# Schwenk and Disco!



## dirtsailor2003 (Sep 18, 2016)

Held my annual Paulina lake boat gathering this weekend. Broke in the Schwenker with a load of spares one day and Tri tip and corn the next day. Made some JoJo's and onion rings in the Disc. Then we did a leftover scramble and hot cakes this morning. Good food good times! Oh yeah and blow torch nachos!


----------



## WaterinHoleBrew (Sep 18, 2016)

Awesome Case, that looks like great times & a heck of a weekend menu !   Haven't seen the Schwenk yet, that looks neat !   Thumbs Up


----------



## b-one (Sep 18, 2016)

Looks like a great feast and a fun time!


----------



## dirtsailor2003 (Sep 18, 2016)

WaterinHoleBrew said:


> Awesome Case, that looks like great times & a heck of a weekend menu !   Haven't seen the Schwenk yet, that looks neat !   Thumbs Up






b-one said:


> Looks like a great feast and a fun time!



Thanks guys! It was fun and there was no lack of food! The Schwenker worked great!


----------



## sqwib (Sep 18, 2016)

Fantastic, you nailed it brother!


----------



## dirtsailor2003 (Sep 18, 2016)

SQWIB said:


> Fantastic, you nailed it brother!



Thanks SQWIB! Schwenking is great!


----------



## SmokinAl (Sep 19, 2016)

Looks to me like you are just having too much fun!

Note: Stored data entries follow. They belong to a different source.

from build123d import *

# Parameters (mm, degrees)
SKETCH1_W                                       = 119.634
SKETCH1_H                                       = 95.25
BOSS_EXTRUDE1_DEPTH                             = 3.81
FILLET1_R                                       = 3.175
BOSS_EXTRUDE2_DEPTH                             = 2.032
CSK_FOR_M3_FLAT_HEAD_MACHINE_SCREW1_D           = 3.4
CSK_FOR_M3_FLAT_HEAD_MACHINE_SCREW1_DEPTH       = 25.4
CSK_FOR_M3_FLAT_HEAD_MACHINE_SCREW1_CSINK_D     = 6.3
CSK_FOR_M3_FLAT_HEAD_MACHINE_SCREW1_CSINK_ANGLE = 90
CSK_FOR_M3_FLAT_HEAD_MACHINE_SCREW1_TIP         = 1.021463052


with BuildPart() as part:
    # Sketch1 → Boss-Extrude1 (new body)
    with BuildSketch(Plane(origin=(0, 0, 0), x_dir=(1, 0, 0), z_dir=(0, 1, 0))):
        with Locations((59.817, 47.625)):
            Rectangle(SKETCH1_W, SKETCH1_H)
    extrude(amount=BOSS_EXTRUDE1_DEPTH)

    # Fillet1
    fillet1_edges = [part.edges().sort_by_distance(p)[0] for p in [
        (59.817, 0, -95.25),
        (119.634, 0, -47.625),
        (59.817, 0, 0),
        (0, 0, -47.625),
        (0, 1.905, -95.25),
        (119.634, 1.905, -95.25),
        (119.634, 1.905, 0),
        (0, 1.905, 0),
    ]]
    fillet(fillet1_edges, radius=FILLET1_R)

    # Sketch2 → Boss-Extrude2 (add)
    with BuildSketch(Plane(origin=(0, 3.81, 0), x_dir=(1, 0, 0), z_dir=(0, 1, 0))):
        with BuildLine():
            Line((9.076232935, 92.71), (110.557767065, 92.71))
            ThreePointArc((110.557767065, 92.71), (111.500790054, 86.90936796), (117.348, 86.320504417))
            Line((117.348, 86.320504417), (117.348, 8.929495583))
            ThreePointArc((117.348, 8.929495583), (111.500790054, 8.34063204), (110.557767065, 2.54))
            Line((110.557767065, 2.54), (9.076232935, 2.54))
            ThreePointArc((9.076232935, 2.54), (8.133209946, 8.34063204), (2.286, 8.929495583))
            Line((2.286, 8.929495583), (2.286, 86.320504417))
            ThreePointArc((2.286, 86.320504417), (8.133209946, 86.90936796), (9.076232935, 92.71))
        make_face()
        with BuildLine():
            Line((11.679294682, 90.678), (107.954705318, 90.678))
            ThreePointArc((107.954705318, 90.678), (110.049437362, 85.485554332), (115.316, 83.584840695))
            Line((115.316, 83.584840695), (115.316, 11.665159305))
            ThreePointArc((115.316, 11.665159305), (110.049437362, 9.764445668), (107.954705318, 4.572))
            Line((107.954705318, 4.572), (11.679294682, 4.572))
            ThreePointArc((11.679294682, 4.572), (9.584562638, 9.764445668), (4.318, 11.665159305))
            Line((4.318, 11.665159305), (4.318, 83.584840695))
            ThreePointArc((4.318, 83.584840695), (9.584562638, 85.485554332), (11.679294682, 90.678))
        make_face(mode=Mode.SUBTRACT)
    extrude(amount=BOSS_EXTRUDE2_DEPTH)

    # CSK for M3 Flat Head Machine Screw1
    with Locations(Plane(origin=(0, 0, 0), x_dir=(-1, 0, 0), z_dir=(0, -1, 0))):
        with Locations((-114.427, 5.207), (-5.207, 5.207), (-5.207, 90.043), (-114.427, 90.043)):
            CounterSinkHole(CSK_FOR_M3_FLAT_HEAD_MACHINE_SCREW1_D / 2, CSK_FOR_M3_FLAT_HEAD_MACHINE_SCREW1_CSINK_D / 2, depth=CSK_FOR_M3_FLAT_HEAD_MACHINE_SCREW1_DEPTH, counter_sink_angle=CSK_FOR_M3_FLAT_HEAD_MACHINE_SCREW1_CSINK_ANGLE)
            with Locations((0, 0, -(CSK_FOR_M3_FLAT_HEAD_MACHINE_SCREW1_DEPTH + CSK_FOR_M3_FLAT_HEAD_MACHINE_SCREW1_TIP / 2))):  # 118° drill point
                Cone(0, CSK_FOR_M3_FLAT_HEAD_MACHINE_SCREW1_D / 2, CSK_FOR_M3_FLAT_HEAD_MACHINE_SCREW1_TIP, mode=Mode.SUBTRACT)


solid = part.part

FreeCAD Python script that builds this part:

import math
import FreeCAD as App
import Part
import Sketcher

V = App.Vector
Q = App.Units.Quantity


def edges_at(feature, points):
    """Names of the edges that pass closest to the given points."""
    edges = feature.Shape.Edges
    near = lambda p: min(range(len(edges)), key=lambda i: edges[i].distToShape(Part.Vertex(*p))[0])
    return sorted({f"Edge{near(p) + 1}" for p in points})


def add_polygon(sketch, points):
    """Adds a closed chain of lines whose ends are joined by coincident constraints."""
    first, n = sketch.GeometryCount, len(points)
    for a, b in zip(points, points[1:] + points[:1]):
        sketch.addGeometry(Part.LineSegment(App.Vector(*a, 0), App.Vector(*b, 0)), False)
    for i in range(n):
        sketch.addConstraint(Sketcher.Constraint("Coincident", first + i, 2, first + (i + 1) % n, 1))

doc = App.newDocument("Part")
body = doc.addObject("PartDesign::Body", "Body")

# Sketch on XZ plane
sketch1 = doc.addObject("Sketcher::SketchObject", "Sketch")
body.addObject(sketch1)
sketch1.AttachmentSupport = (doc.XZ_Plane, [""])
sketch1.MapMode = "FlatFace"
add_polygon(sketch1, [(0, -95), (0, 0), (120, 0), (120, -95)])  # lines 0-3
sketch1.addConstraint([
    Sketcher.Constraint("Vertical", 0),
    Sketcher.Constraint("Horizontal", 1),
    Sketcher.Constraint("Vertical", 2),
    Sketcher.Constraint("Horizontal", 3),
    Sketcher.Constraint("Coincident", 0, 2, -1, 1),
    Sketcher.Constraint("DistanceX", 1, 1, 1, 2, Q("4.71 in")),
    Sketcher.Constraint("DistanceY", 0, 1, 0, 2, Q("3.75 in")),
])
pad1 = doc.addObject("PartDesign::Pad", "Pad")
body.addObject(pad1)
pad1.Profile = sketch1
pad1.Length = Q("0.15 in")
pad1.Reversed = True
doc.recompute()

fillet = doc.addObject("PartDesign::Fillet", "Fillet")
body.addObject(fillet)
fillet.Base = (pad1, edges_at(pad1, [
    (59.817, 0, -95.25),
    (119.634, 0, -47.625),
    (59.817, 0, 0),
    (0, 0, -47.625),
    (0, 1.905, -95.25),
    (119.634, 1.905, -95.25),
    (119.634, 1.905, 0),
    (0, 1.905, 0),
]))
fillet.Radius = Q("0.125 in")

# Sketch on XZ plane
sketch2 = doc.addObject("Sketcher::SketchObject", "Sketch001")
body.addObject(sketch2)
sketch2.AttachmentSupport = (doc.XZ_Plane, [""])
sketch2.MapMode = "FlatFace"
sketch2.AttachmentOffset = App.Placement(V(0, 0, -0.15 * 25.4), App.Rotation())
sketch2.addGeometry([
    Part.LineSegment(V(110.6, -92.7, 0), V(9.1, -92.7, 0)),  # 0
    Part.ArcOfCircle(Part.Circle(V(4.8, -90.4, 0), V(0, 0, 1), 4.8), math.radians(-28), math.radians(122)),  # 1
    Part.LineSegment(V(2.3, -86.3, 0), V(2.3, -8.9, 0)),  # 2
    Part.ArcOfCircle(Part.Circle(V(4.8, -4.8, 0), V(0, 0, 1), 4.8), math.radians(-122), math.radians(28)),  # 3
    Part.LineSegment(V(9.1, -2.5, 0), V(110.6, -2.5, 0)),  # 4
    Part.ArcOfCircle(Part.Circle(V(114.8, -4.8, 0), V(0, 0, 1), 4.8), math.radians(152), math.radians(302)),  # 5
    Part.LineSegment(V(117.3, -8.9, 0), V(117.3, -86.3, 0)),  # 6
    Part.ArcOfCircle(Part.Circle(V(114.8, -90.4, 0), V(0, 0, 1), 4.8), math.radians(58), math.radians(208)),  # 7
    Part.LineSegment(V(11.7, -90.7, 0), V(108, -90.7, 0)),  # 8
    Part.ArcOfCircle(Part.Circle(V(114.8, -90.4, 0), V(0, 0, 1), 6.9), math.radians(86), math.radians(182)),  # 9
    Part.LineSegment(V(115.3, -83.6, 0), V(115.3, -11.7, 0)),  # 10
    Part.ArcOfCircle(Part.Circle(V(114.8, -4.8, 0), V(0, 0, 1), 6.9), math.radians(178), math.radians(274)),  # 11
    Part.LineSegment(V(108, -4.6, 0), V(11.7, -4.6, 0)),  # 12
    Part.ArcOfCircle(Part.Circle(V(4.8, -4.8, 0), V(0, 0, 1), 6.9), math.radians(-94), math.radians(2)),  # 13
    Part.LineSegment(V(4.3, -11.7, 0), V(4.3, -83.6, 0)),  # 14
    Part.ArcOfCircle(Part.Circle(V(4.8, -90.4, 0), V(0, 0, 1), 6.9), math.radians(-2), math.radians(94)),  # 15
], False)
sketch2.addConstraint([
    Sketcher.Constraint("Coincident", 0, 2, 1, 1),
    Sketcher.Constraint("Coincident", 1, 2, 2, 1),
    Sketcher.Constraint("Coincident", 2, 2, 3, 1),
    Sketcher.Constraint("Coincident", 3, 2, 4, 1),
    Sketcher.Constraint("Coincident", 4, 2, 5, 1),
    Sketcher.Constraint("Coincident", 5, 2, 6, 1),
    Sketcher.Constraint("Coincident", 6, 2, 7, 1),
    Sketcher.Constraint("Coincident", 7, 2, 0, 1),
    Sketcher.Constraint("Coincident", 8, 2, 9, 2),
    Sketcher.Constraint("Coincident", 9, 1, 10, 1),
    Sketcher.Constraint("Coincident", 10, 2, 11, 2),
    Sketcher.Constraint("Coincident", 11, 1, 12, 1),
    Sketcher.Constraint("Coincident", 12, 2, 13, 2),
    Sketcher.Constraint("Coincident", 13, 1, 14, 1),
    Sketcher.Constraint("Coincident", 14, 2, 15, 2),
    Sketcher.Constraint("Coincident", 15, 1, 8, 1),
    Sketcher.Constraint("Horizontal", 0),
    Sketcher.Constraint("Vertical", 2),
    Sketcher.Constraint("Horizontal", 4),
    Sketcher.Constraint("Vertical", 6),
    Sketcher.Constraint("Horizontal", 8),
    Sketcher.Constraint("Vertical", 10),
    Sketcher.Constraint("Horizontal", 12),
    Sketcher.Constraint("Vertical", 14),
    Sketcher.Constraint("Coincident", 9, 3, 7, 3),
    Sketcher.Constraint("Coincident", 11, 3, 5, 3),
    Sketcher.Constraint("Coincident", 13, 3, 3, 3),
    Sketcher.Constraint("Coincident", 15, 3, 1, 3),
    Sketcher.Constraint("Equal", 1, 3),
    Sketcher.Constraint("Equal", 3, 5),
    Sketcher.Constraint("Equal", 5, 7),
    Sketcher.Constraint("Equal", 9, 11),
    Sketcher.Constraint("Equal", 11, 13),
    Sketcher.Constraint("Equal", 13, 15),
    Sketcher.Constraint("Horizontal", 3, 3, 5, 3),
    Sketcher.Constraint("Horizontal", 1, 3, 7, 3),
    Sketcher.Constraint("Horizontal", 2, 2, 5, 2),
    Sketcher.Constraint("Horizontal", 1, 2, 6, 2),
    Sketcher.Constraint("Horizontal", 10, 2, 13, 1),
    Sketcher.Constraint("Vertical", 1, 3, 3, 3),
    Sketcher.Constraint("Vertical", 0, 2, 3, 2),
    Sketcher.Constraint("Vertical", 8, 2, 11, 1),
    Sketcher.Constraint("Radius", 1, Q("0.19 in")),
    Sketcher.Constraint("Radius", 9, Q("0.27 in")),
    Sketcher.Constraint("DistanceY", 3, 2, -1, 1, Q("0.1 in")),
    Sketcher.Constraint("DistanceX", 1, 2, 15, 3, Q("0.1 in")),
    Sketcher.Constraint("DistanceX", -1, 1, 1, 3, Q("0.19 in")),
    Sketcher.Constraint("DistanceY", 1, 3, -1, 1, Q("3.56 in")),
    Sketcher.Constraint("DistanceY", 3, 3, -1, 1, Q("0.19 in")),
    Sketcher.Constraint("DistanceX", -1, 1, 5, 3, Q("4.52 in")),
    Sketcher.Constraint("DistanceY", 8, 2, -1, 1, Q("3.57 in")),
    Sketcher.Constraint("DistanceX", -1, 1, 9, 1, Q("4.54 in")),
])
pad2 = doc.addObject("PartDesign::Pad", "Pad001")
body.addObject(pad2)
pad2.Profile = sketch2
pad2.Length = Q("0.08 in")
pad2.Reversed = True

# Sketch on XZ plane
sketch3 = doc.addObject("Sketcher::SketchObject", "Sketch002")
body.addObject(sketch3)
sketch3.AttachmentSupport = (doc.XZ_Plane, [""])
sketch3.MapMode = "FlatFace"
sketch3.addGeometry([
    Part.Circle(V(114.4, -5.2, 0), V(0, 0, 1), 1.7),
    Part.Circle(V(5.2, -5.2, 0), V(0, 0, 1), 1.7),
    Part.Circle(V(5.2, -90, 0), V(0, 0, 1), 1.7),
    Part.Circle(V(114.4, -90, 0), V(0, 0, 1), 1.7),
], False)
sketch3.addConstraint([
    Sketcher.Constraint("Equal", 0, 1),
    Sketcher.Constraint("Equal", 1, 2),
    Sketcher.Constraint("Equal", 2, 3),
    Sketcher.Constraint("Horizontal", 0, 3, 1, 3),
    Sketcher.Constraint("Horizontal", 2, 3, 3, 3),
    Sketcher.Constraint("Vertical", 1, 3, 2, 3),
    Sketcher.Constraint("Vertical", 0, 3, 3, 3),
    Sketcher.Constraint("DistanceX", 1, 3, 0, 3, Q("4.3 in")),
    Sketcher.Constraint("Diameter", 0, 3.4),
    Sketcher.Constraint("DistanceY", 2, 3, 1, 3, Q("3.34 in")),
    Sketcher.Constraint("DistanceX", -1, 1, 0, 3, Q("4.505 in")),
    Sketcher.Constraint("DistanceY", 0, 3, -1, 1, Q("0.205 in")),
])
doc.recompute()
hole = doc.addObject("PartDesign::Hole", "Hole")
body.addObject(hole)
hole.Profile = sketch3
hole.ThreadType = "None"
hole.Diameter = 3.4
hole.DepthType = "Dimension"
hole.Depth = Q("1 in")
hole.DrillPoint = "Angled"
hole.DrillPointAngle = 118
hole.HoleCutType = "Countersink"
hole.HoleCutDiameter = 6.3
hole.HoleCutCountersinkAngle = 90

doc.recompute()
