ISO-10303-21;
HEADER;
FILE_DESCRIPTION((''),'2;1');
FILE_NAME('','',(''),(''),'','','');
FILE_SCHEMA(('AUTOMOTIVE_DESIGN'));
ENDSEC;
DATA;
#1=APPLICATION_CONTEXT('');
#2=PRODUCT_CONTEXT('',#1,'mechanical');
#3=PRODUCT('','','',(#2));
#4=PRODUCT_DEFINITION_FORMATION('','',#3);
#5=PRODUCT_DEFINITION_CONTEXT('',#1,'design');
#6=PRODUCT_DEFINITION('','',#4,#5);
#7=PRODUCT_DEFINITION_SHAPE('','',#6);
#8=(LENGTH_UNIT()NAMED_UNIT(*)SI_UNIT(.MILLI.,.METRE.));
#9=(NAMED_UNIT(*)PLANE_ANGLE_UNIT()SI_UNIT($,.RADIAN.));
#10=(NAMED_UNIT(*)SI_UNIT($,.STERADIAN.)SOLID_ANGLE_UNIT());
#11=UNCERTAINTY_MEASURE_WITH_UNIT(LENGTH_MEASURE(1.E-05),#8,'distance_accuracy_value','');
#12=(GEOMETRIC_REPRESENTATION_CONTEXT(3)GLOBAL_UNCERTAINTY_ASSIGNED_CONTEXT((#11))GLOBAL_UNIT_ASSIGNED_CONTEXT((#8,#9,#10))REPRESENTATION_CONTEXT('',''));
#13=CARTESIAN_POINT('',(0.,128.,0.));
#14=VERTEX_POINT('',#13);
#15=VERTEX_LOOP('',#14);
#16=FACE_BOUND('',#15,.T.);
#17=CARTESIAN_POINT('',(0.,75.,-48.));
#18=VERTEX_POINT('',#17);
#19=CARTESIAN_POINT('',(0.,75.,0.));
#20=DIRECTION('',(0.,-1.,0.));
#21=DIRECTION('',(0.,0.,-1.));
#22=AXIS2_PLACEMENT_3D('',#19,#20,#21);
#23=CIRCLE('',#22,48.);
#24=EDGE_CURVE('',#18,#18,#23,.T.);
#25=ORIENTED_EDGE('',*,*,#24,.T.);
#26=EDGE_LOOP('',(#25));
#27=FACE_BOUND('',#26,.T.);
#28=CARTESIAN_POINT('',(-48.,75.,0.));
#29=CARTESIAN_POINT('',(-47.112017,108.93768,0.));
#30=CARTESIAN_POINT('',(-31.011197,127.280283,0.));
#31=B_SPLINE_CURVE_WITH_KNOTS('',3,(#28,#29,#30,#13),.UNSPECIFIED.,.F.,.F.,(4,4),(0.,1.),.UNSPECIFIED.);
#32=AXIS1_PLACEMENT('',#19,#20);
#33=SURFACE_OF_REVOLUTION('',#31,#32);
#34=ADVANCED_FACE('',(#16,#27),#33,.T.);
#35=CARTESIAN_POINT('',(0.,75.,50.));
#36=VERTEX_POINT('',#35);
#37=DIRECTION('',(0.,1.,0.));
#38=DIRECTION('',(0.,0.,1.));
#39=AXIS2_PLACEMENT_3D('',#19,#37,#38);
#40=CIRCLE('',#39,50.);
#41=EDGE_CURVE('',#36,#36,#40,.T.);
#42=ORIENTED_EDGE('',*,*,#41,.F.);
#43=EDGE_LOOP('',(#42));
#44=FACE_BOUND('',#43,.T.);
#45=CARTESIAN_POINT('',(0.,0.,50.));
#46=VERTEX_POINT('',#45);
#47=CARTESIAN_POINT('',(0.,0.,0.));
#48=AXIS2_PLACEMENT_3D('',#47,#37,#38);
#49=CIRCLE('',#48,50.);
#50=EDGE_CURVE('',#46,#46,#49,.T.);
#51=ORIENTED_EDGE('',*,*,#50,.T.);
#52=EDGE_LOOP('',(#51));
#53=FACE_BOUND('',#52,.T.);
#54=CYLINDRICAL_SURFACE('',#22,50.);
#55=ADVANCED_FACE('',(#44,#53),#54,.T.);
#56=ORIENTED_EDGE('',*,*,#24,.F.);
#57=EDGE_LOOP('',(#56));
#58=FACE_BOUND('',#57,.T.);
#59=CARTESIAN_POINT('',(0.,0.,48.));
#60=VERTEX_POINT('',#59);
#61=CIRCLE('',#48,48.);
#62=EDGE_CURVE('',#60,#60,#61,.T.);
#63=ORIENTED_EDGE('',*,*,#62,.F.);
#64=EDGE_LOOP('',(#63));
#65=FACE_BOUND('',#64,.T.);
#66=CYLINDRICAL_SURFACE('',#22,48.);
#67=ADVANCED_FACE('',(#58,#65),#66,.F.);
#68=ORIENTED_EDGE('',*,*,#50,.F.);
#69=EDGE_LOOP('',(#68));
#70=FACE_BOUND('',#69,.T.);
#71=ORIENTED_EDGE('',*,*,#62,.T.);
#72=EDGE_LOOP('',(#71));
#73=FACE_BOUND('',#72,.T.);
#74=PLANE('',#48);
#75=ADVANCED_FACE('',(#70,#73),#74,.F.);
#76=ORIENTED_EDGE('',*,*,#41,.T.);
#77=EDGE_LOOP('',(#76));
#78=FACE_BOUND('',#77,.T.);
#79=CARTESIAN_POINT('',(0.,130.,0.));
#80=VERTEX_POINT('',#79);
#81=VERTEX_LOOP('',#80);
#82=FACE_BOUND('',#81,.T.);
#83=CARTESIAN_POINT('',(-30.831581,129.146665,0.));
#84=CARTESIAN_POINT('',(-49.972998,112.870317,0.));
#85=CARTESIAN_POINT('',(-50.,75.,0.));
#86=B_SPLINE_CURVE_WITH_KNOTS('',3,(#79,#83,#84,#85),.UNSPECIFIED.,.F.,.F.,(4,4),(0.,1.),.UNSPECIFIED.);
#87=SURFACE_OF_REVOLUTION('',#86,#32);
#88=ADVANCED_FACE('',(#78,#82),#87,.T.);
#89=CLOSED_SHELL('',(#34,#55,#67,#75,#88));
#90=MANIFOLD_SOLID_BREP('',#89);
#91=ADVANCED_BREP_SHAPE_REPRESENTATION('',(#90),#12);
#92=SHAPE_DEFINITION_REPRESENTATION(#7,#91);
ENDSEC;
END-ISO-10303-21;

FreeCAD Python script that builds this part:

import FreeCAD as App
import Part
import Sketcher
Q = App.Units.Quantity

doc = App.newDocument("Part")
body = doc.addObject("PartDesign::Body", "Body")

# Sketch on XZ plane
sketch1 = body.newObject("Sketcher::SketchObject", "Sketch")
sketch1.AttachmentSupport = (doc.getObject("XZ_Plane"), [""])
sketch1.MapMode = "FlatFace"
sketch1.addGeometry([
    Part.Circle(App.Vector(0, 0, 0), App.Vector(0, 0, 1), 50),
    Part.Circle(App.Vector(0, 0, 0), App.Vector(0, 0, 1), 48),
], False)
sketch1.addConstraint([
    Sketcher.Constraint("Coincident", 0, 3, -1, 1),
    Sketcher.Constraint("Coincident", 1, 3, -1, 1),
    Sketcher.Constraint("Diameter", 0, Q("100 mm")),
    Sketcher.Constraint("Diameter", 1, Q("96 mm")),
])
pad1 = body.newObject("PartDesign::Pad", "Pad")
pad1.Profile = sketch1
pad1.Length = 75
pad1.Reversed = True

# Sketch on XY plane
sketch2 = body.newObject("Sketcher::SketchObject", "Sketch001")
sketch2.AttachmentSupport = (doc.getObject("XY_Plane"), [""])
sketch2.MapMode = "FlatFace"
sketch2.addGeometry([
    Part.LineSegment(App.Vector(-50, 75, 0), App.Vector(-48, 75, 0)),
    Part.BSplineCurve([App.Vector(-48, 75, 0), App.Vector(-47.112017, 108.93768, 0), App.Vector(-31.011197, 127.280283, 0), App.Vector(0, 128, 0)], [4, 4], [0, 1], False, 3, [1, 1, 1, 1], False),
    Part.LineSegment(App.Vector(0, 128, 0), App.Vector(0, 130, 0)),
    Part.BSplineCurve([App.Vector(-50, 75, 0), App.Vector(-49.972998, 112.870317, 0), App.Vector(-30.831581, 129.146665, 0), App.Vector(0, 130, 0)], [4, 4], [0, 1], False, 3, [1, 1, 1, 1], False),
], False)
sketch2.addConstraint([
    Sketcher.Constraint("Block", 1),
    Sketcher.Constraint("Block", 3),
    Sketcher.Constraint("Coincident", 0, 2, 1, 1),
    Sketcher.Constraint("Coincident", 1, 2, 2, 1),
    Sketcher.Constraint("Coincident", 2, 2, 3, 2),
    Sketcher.Constraint("Coincident", 3, 1, 0, 1),
])
revolution = body.newObject("PartDesign::Revolution", "Revolution")
revolution.Profile = sketch2
revolution.ReferenceAxis = (sketch2, ["V_Axis"])
revolution.Angle = 360

doc.recompute()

Everything looks delicious!

Point!

Al


----------



## smokin jay (Sep 19, 2016)

Looks good! What a great time!


----------



## dirtsailor2003 (Sep 19, 2016)

SmokinAl said:


> Looks to me like you are just having too much fun!
> 
> Everything looks delicious!
> 
> ...






Smokin Jay said:


> Looks good! What a great time!



Thank you! It was a great time!


----------



## crankybuzzard (Sep 19, 2016)

WOW!  I'd have skipped the sausage making party for this event!  Looks like y'all had a great time and the food looks perfect!

Blowtorch nachos!  Been a LONG TIME!!!


----------



## dirtsailor2003 (Sep 19, 2016)

CrankyBuzzard said:


> WOW!  I'd have skipped the sausage making party for this event!  Looks like y'all had a great time and the food looks perfect!
> 
> Blowtorch nachos!  Been a LONG TIME!!!


Everyone is invited! Third weekend of September, every year!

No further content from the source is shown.